What to do - Among the lines of data below, reproduce only those from the one with "e147 v105 v105" through the one with "e159 v57 v3 LINE", exactly as they stand, both ends included.

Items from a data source
=== Begin Enclosure ===

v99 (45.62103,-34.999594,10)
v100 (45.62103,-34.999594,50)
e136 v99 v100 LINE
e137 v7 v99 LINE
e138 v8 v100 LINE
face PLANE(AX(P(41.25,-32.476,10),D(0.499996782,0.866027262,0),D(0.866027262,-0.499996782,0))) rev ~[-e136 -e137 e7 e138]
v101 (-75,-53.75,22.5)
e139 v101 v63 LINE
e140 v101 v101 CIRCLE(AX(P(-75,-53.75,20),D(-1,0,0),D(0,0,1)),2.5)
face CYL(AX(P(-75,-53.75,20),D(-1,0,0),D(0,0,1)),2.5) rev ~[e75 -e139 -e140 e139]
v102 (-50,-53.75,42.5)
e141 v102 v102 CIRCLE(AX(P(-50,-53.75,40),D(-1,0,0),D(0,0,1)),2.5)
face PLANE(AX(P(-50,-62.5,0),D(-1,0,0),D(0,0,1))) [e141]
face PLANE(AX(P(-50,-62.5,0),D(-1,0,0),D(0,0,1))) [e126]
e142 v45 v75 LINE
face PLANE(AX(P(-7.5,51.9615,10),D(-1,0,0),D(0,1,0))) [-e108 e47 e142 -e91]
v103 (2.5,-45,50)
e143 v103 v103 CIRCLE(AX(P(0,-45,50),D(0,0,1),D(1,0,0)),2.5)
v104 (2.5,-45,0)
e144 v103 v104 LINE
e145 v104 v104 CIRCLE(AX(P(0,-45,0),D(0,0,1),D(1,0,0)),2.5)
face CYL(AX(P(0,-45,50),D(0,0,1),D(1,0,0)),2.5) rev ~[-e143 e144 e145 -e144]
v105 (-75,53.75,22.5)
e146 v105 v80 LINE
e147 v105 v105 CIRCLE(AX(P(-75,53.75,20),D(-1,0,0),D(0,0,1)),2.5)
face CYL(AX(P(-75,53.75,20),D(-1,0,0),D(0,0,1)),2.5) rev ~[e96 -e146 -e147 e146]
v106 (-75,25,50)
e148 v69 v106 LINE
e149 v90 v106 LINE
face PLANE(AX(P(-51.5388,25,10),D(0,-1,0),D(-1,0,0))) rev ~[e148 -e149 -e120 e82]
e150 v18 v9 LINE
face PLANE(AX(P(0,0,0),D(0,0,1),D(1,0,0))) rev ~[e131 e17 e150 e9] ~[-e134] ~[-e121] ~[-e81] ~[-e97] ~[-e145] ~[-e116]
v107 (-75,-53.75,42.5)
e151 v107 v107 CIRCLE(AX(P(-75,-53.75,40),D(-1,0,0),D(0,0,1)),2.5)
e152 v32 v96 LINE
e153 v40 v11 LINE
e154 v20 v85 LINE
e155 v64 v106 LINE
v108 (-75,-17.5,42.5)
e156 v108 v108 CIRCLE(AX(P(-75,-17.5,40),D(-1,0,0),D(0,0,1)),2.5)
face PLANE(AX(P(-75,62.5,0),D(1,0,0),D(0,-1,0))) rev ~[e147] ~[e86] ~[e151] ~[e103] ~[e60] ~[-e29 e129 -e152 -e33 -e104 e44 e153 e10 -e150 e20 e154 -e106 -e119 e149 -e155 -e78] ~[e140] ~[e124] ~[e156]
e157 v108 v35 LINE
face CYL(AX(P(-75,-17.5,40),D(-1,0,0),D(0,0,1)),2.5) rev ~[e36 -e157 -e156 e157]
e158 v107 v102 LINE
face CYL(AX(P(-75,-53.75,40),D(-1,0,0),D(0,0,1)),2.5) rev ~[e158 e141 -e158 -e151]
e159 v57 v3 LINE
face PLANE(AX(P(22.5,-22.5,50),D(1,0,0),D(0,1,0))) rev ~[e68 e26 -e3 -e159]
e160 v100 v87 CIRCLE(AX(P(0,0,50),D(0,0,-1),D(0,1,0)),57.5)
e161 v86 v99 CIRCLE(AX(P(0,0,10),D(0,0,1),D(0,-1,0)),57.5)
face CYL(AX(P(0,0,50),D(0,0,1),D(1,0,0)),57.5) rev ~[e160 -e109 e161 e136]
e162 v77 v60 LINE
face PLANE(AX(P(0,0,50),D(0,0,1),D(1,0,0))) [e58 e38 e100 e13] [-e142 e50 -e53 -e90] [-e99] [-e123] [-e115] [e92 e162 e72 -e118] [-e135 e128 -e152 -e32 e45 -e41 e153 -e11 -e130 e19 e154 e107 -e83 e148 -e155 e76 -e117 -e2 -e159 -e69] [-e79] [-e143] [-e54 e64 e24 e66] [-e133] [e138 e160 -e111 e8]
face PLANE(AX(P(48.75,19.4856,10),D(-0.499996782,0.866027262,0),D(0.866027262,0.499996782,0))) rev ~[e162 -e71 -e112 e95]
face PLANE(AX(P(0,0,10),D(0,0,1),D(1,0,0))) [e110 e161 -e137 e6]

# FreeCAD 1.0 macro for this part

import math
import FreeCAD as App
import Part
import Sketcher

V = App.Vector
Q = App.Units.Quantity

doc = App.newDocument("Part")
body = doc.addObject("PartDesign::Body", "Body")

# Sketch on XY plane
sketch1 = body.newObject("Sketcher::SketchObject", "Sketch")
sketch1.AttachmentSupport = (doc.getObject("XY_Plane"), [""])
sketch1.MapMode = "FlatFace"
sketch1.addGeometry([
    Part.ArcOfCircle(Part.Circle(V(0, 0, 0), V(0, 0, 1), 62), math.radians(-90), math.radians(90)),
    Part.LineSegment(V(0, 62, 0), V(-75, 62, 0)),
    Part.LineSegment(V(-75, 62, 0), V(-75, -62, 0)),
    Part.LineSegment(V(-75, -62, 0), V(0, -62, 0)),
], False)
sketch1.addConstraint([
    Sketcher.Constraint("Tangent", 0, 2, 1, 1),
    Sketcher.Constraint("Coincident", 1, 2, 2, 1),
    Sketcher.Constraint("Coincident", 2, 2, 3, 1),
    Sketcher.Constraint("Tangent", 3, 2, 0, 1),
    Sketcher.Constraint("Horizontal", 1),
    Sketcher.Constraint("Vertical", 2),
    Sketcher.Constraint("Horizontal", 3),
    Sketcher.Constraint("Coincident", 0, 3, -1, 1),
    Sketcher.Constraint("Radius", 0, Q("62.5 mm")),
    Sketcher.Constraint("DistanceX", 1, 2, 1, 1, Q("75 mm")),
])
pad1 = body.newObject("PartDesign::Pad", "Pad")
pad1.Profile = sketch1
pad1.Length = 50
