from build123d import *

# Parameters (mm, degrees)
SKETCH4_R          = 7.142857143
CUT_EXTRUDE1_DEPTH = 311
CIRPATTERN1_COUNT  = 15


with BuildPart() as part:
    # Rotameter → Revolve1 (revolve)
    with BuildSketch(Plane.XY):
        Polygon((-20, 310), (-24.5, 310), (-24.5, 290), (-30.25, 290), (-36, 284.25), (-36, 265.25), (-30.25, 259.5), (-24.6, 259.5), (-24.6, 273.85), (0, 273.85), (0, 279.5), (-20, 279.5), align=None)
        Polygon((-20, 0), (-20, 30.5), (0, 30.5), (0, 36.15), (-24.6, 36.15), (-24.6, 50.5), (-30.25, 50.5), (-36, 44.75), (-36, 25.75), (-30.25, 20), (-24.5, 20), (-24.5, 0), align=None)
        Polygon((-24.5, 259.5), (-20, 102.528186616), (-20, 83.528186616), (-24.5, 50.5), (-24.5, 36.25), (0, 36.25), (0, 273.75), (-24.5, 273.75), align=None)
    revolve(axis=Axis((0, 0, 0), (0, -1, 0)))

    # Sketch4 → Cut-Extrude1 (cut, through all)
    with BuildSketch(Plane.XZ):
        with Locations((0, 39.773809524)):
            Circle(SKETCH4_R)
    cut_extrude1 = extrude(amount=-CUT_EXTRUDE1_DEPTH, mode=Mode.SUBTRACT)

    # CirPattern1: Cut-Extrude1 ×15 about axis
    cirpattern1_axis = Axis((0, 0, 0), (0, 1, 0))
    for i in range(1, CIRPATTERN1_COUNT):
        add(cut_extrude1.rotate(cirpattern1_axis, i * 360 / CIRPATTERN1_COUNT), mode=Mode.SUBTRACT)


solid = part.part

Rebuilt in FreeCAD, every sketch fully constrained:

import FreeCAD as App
import Part
import Sketcher
from FreeCAD import Vector
Q = App.Units.Quantity


def add_polygon(sketch, points):
    """Adds a closed chain of lines whose ends are joined by coincident constraints."""
    first, n = sketch.GeometryCount, len(points)
    for a, b in zip(points, points[1:] + points[:1]):
        sketch.addGeometry(Part.LineSegment(App.Vector(*a, 0), App.Vector(*b, 0)), False)
    for i in range(n):
        sketch.addConstraint(Sketcher.Constraint("Coincident", first + i, 2, first + (i + 1) % n, 1))

doc = App.newDocument("Part")
body = doc.addObject("PartDesign::Body", "Body")
body.AllowCompound = True

# Sketch on XY plane
sketch1 = body.newObject("Sketcher::SketchObject", "Sketch")
sketch1.AttachmentSupport = (doc.getObject("XY_Plane"), [""])
sketch1.MapMode = "FlatFace"
add_polygon(sketch1, [(-20, 310), (-24.5, 310), (-24.5, 290), (-30.2, 290), (-36, 284.2), (-36, 265.2), (-30.2, 259.5), (-24.6, 259.5), (-24.6, 273.9), (0, 273.9), (0, 279.5), (-20, 279.5)])  # lines 0-11
add_polygon(sketch1, [(-20, 0), (-20, 30.5), (0, 30.5), (0, 36.1), (-24.6, 36.1), (-24.6, 50.5), (-30.2, 50.5), (-36, 44.8), (-36, 25.8), (-30.2, 20), (-24.5, 20), (-24.5, 0)])  # lines 12-23
add_polygon(sketch1, [(-24.5, 259.5), (-20, 102.5), (-20, 83.5), (-24.5, 50.5), (-24.5, 36.2), (0, 36.2), (0, 273.8), (-24.5, 273.8)])  # lines 24-31
sketch1.addConstraint([
    Sketcher.Constraint("Horizontal", 0),
    Sketcher.Constraint("Vertical", 1),
    Sketcher.Constraint("Horizontal", 2),
    Sketcher.Constraint("Vertical", 4),
    Sketcher.Constraint("Horizontal", 6),
    Sketcher.Constraint("Vertical", 7),
    Sketcher.Constraint("Horizontal", 8),
    Sketcher.Constraint("Vertical", 9),
    Sketcher.Constraint("Horizontal", 10),
    Sketcher.Constraint("Vertical", 11),
    Sketcher.Constraint("Vertical", 12),
    Sketcher.Constraint("Horizontal", 13),
    Sketcher.Constraint("Vertical", 14),
    Sketcher.Constraint("Horizontal", 15),
    Sketcher.Constraint("Vertical", 16),
    Sketcher.Constraint("Horizontal", 17),
    Sketcher.Constraint("Vertical", 19),
    Sketcher.Constraint("Horizontal", 21),
    Sketcher.Constraint("Vertical", 22),
    Sketcher.Constraint("Horizontal", 23),
    Sketcher.Constraint("Vertical", 25),
    Sketcher.Constraint("Vertical", 27),
    Sketcher.Constraint("Horizontal", 28),
    Sketcher.Constraint("Vertical", 29),
    Sketcher.Constraint("Horizontal", 30),
    Sketcher.Constraint("Vertical", 31),
    Sketcher.Constraint("PointOnObject", 8, 2, -2),
    Sketcher.Constraint("PointOnObject", 13, 2, -2),
    Sketcher.Constraint("PointOnObject", 22, 2, -1),
    Sketcher.Constraint("PointOnObject", 28, 2, -2),
    Sketcher.Constraint("Perpendicular", 3, 5),
    Sketcher.Constraint("Perpendicular", 5, 18),
    Sketcher.Constraint("Perpendicular", 18, 20),
    Sketcher.Constraint("Horizontal", 17, 2, 26, 2),
    Sketcher.Constraint("Horizontal", 6, 2, 31, 2),
    Sketcher.Constraint("Vertical", 2, 2, 5, 2),
    Sketcher.Constraint("Vertical", 11, 2, 12, 2),
    Sketcher.Constraint("Vertical", 7, 2, 15, 2),
    Sketcher.Constraint("Vertical", 5, 2, 17, 2),
    Sketcher.Constraint("Vertical", 4, 2, 18, 2),
    Sketcher.Constraint("Vertical", 17, 2, 20, 2),
    Sketcher.Constraint("Vertical", 1, 2, 21, 2),
    Sketcher.Constraint("Vertical", 23, 2, 24, 2),
    Sketcher.Constraint("Vertical", 22, 2, 26, 2),
    Sketcher.Constraint("Vertical", 27, 2, 30, 2),
    Sketcher.Constraint("Equal", 13, 1),
    Sketcher.Constraint("Equal", 17, 9),
    Sketcher.Constraint("Equal", 11, 12),
    Sketcher.Constraint("Equal", 9, 14),
    Sketcher.Constraint("Equal", 7, 16),
    Sketcher.Constraint("Equal", 4, 19),
    Sketcher.Constraint("Equal", 19, 25),
    Sketcher.Constraint("Equal", 27, 31),
    Sketcher.Constraint("Equal", 3, 5),
    Sketcher.Constraint("DistanceX", 10, 2, 10, 1, Q("20 mm")),
    Sketcher.Constraint("DistanceY", 4, 2, 4, 1, Q("19 mm")),
    Sketcher.Constraint("DistanceX", 0, 2, 0, 1, Q("4.5 mm")),
    Sketcher.Constraint("DistanceX", 8, 1, 8, 2, Q("24.6 mm")),
    Sketcher.Constraint("DistanceY", 11, 1, 11, 2, Q("30.5 mm")),
    Sketcher.Constraint("DistanceY", 29, 1, 29, 2, Q("237.5 mm")),
    Sketcher.Constraint("DistanceY", -1, 1, 0, 2, Q("310 mm")),
    Sketcher.Constraint("DistanceX", 3, 2, -1, 1, Q("36 mm")),
    Sketcher.Constraint("DistanceY", 6, 2, 9, 2, Q("20 mm")),
    Sketcher.Constraint("Distance", 24, Q("157.036302 mm")),
])
revolution = body.newObject("PartDesign::Revolution", "Revolution")
revolution.Profile = sketch1
revolution.ReferenceAxis = (sketch1, ["V_Axis"])
revolution.Angle = 360

# Sketch on XZ plane
sketch2 = body.newObject("Sketcher::SketchObject", "Sketch001")
sketch2.AttachmentSupport = (doc.getObject("XZ_Plane"), [""])
sketch2.MapMode = "FlatFace"
sketch2.addGeometry(Part.Circle(Vector(0, 40, 0), Vector(0, 0, 1), 7), False)
sketch2.addConstraint([
    Sketcher.Constraint("PointOnObject", 0, 3, -2),
    Sketcher.Constraint("Diameter", 0, Q("14.285714 mm")),
    Sketcher.Constraint("DistanceY", -1, 1, 0, 3, Q("39.77381 mm")),
])
pocket1 = body.newObject("PartDesign::Pocket", "Pocket")
pocket1.Profile = sketch2
pocket1.Type = "ThroughAll"
doc.recompute()

polarpattern = body.newObject("PartDesign::PolarPattern", "PolarPattern")
polarpattern.Originals = [pocket1]
polarpattern.Axis = (doc.getObject("Y_Axis"), [""])
polarpattern.Angle = 360
polarpattern.Occurrences = 15
body.Tip = polarpattern

doc.recompute()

=== End Enclosure ===

Written answer -
e147 v105 v105 CIRCLE(AX(P(-75,53.75,20),D(-1,0,0),D(0,0,1)),2.5)
face CYL(AX(P(-75,53.75,20),D(-1,0,0),D(0,0,1)),2.5) rev ~[e96 -e146 -e147 e146]
v106 (-75,25,50)
e148 v69 v106 LINE
e149 v90 v106 LINE
face PLANE(AX(P(-51.5388,25,10),D(0,-1,0),D(-1,0,0))) rev ~[e148 -e149 -e120 e82]
e150 v18 v9 LINE
face PLANE(AX(P(0,0,0),D(0,0,1),D(1,0,0))) rev ~[e131 e17 e150 e9] ~[-e134] ~[-e121] ~[-e81] ~[-e97] ~[-e145] ~[-e116]
v107 (-75,-53.75,42.5)
e151 v107 v107 CIRCLE(AX(P(-75,-53.75,40),D(-1,0,0),D(0,0,1)),2.5)
e152 v32 v96 LINE
e153 v40 v11 LINE
e154 v20 v85 LINE
e155 v64 v106 LINE
v108 (-75,-17.5,42.5)
e156 v108 v108 CIRCLE(AX(P(-75,-17.5,40),D(-1,0,0),D(0,0,1)),2.5)
face PLANE(AX(P(-75,62.5,0),D(1,0,0),D(0,-1,0))) rev ~[e147] ~[e86] ~[e151] ~[e103] ~[e60] ~[-e29 e129 -e152 -e33 -e104 e44 e153 e10 -e150 e20 e154 -e106 -e119 e149 -e155 -e78] ~[e140] ~[e124] ~[e156]
e157 v108 v35 LINE
face CYL(AX(P(-75,-17.5,40),D(-1,0,0),D(0,0,1)),2.5) rev ~[e36 -e157 -e156 e157]
e158 v107 v102 LINE
face CYL(AX(P(-75,-53.75,40),D(-1,0,0),D(0,0,1)),2.5) rev ~[e158 e141 -e158 -e151]
e159 v57 v3 LINE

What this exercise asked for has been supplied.